== RECORDS PROVIDED ==

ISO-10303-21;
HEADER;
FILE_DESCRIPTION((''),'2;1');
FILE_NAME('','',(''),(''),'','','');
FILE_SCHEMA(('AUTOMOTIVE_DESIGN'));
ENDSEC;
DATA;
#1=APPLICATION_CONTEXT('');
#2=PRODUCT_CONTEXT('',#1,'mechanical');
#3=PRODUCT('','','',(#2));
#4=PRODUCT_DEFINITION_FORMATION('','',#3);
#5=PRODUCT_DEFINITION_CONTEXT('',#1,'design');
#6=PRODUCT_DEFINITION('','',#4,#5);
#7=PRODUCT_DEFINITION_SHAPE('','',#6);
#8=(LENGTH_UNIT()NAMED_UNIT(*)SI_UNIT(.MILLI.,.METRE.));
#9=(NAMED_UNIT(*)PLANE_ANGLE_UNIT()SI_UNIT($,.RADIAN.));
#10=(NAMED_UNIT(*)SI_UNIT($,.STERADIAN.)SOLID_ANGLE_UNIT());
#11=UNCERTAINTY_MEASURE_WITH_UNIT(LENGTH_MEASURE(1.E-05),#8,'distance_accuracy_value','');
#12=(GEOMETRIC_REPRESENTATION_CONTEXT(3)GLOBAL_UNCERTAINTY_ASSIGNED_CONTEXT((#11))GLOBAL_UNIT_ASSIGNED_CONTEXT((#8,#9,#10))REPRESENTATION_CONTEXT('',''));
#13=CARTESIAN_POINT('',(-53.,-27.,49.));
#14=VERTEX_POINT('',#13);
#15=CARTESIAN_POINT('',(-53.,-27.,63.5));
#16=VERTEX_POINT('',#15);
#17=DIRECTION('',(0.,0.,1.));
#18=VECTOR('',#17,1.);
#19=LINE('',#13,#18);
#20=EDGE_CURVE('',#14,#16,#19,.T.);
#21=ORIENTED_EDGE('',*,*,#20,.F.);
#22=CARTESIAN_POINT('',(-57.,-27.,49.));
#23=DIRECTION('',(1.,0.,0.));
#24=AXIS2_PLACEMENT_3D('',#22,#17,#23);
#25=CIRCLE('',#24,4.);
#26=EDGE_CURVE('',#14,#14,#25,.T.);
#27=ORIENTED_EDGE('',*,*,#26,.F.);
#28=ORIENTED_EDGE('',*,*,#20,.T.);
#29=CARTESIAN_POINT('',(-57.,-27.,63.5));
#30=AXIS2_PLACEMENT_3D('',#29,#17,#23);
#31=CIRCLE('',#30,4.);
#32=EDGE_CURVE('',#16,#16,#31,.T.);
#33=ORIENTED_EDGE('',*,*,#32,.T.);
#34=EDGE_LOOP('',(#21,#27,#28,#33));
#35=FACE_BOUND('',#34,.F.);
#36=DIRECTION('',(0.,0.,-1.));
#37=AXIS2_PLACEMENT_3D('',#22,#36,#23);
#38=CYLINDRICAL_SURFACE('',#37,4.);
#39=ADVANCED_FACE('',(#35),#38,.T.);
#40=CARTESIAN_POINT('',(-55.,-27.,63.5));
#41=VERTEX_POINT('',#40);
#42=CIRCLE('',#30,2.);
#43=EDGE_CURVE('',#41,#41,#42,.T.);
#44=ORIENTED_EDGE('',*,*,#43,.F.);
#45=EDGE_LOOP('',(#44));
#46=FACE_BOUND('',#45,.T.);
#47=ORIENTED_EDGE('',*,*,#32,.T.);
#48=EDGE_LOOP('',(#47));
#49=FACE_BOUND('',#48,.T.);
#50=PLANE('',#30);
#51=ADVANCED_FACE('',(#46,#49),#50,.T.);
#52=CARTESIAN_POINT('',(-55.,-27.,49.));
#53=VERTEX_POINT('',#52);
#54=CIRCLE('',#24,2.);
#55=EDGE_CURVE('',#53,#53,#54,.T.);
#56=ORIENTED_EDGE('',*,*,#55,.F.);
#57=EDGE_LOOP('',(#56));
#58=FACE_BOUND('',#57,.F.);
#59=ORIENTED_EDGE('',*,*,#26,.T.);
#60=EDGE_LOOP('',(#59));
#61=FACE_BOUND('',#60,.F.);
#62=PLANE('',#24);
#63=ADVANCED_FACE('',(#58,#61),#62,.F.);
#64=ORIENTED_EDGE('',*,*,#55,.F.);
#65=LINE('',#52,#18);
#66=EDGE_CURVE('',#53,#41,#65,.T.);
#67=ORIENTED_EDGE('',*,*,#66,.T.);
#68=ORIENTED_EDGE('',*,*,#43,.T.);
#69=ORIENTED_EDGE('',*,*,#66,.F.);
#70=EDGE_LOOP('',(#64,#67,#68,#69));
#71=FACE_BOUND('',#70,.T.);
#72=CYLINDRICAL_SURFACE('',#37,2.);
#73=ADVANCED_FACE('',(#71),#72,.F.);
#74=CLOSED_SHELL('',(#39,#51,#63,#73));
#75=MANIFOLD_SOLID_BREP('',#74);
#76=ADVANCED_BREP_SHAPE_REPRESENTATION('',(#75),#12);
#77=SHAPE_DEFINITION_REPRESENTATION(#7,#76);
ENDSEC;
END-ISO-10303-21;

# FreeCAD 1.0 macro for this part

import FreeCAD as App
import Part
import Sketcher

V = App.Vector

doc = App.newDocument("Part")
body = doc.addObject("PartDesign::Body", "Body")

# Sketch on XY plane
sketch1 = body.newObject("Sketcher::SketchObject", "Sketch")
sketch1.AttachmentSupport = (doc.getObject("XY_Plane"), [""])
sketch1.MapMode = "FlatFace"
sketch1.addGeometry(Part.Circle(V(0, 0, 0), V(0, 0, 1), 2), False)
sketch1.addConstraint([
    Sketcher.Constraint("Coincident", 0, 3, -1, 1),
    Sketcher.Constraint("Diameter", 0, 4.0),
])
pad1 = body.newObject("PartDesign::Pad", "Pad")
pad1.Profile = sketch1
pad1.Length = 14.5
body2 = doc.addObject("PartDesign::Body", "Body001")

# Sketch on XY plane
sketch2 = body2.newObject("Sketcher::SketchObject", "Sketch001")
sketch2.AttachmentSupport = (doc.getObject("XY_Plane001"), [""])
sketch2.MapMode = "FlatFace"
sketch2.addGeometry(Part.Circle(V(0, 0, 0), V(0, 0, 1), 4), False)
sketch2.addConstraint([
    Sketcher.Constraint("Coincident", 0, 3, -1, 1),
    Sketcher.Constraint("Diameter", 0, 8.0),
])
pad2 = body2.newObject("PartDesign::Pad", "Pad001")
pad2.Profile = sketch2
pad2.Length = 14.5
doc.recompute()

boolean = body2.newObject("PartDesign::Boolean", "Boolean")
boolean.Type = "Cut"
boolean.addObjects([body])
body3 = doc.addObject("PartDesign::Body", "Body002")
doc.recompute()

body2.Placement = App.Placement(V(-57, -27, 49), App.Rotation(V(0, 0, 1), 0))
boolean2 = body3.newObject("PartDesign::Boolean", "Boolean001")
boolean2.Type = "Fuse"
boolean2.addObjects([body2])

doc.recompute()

== PROBLEM TO SOLVE ==
Among the entries above, find the line with "#28=ORIENTED_EDGE('',*,*,#20,.T.);" and the line with "#48=EDGE_LOOP('',(#47));"; give again exactly these two lines and all lines between them.

== EXERCISE ANSWER ==
#28=ORIENTED_EDGE('',*,*,#20,.T.);
#29=CARTESIAN_POINT('',(-57.,-27.,63.5));
#30=AXIS2_PLACEMENT_3D('',#29,#17,#23);
#31=CIRCLE('',#30,4.);
#32=EDGE_CURVE('',#16,#16,#31,.T.);
#33=ORIENTED_EDGE('',*,*,#32,.T.);
#34=EDGE_LOOP('',(#21,#27,#28,#33));
#35=FACE_BOUND('',#34,.F.);
#36=DIRECTION('',(0.,0.,-1.));
#37=AXIS2_PLACEMENT_3D('',#22,#36,#23);
#38=CYLINDRICAL_SURFACE('',#37,4.);
#39=ADVANCED_FACE('',(#35),#38,.T.);
#40=CARTESIAN_POINT('',(-55.,-27.,63.5));
#41=VERTEX_POINT('',#40);
#42=CIRCLE('',#30,2.);
#43=EDGE_CURVE('',#41,#41,#42,.T.);
#44=ORIENTED_EDGE('',*,*,#43,.F.);
#45=EDGE_LOOP('',(#44));
#46=FACE_BOUND('',#45,.T.);
#47=ORIENTED_EDGE('',*,*,#32,.T.);
#48=EDGE_LOOP('',(#47));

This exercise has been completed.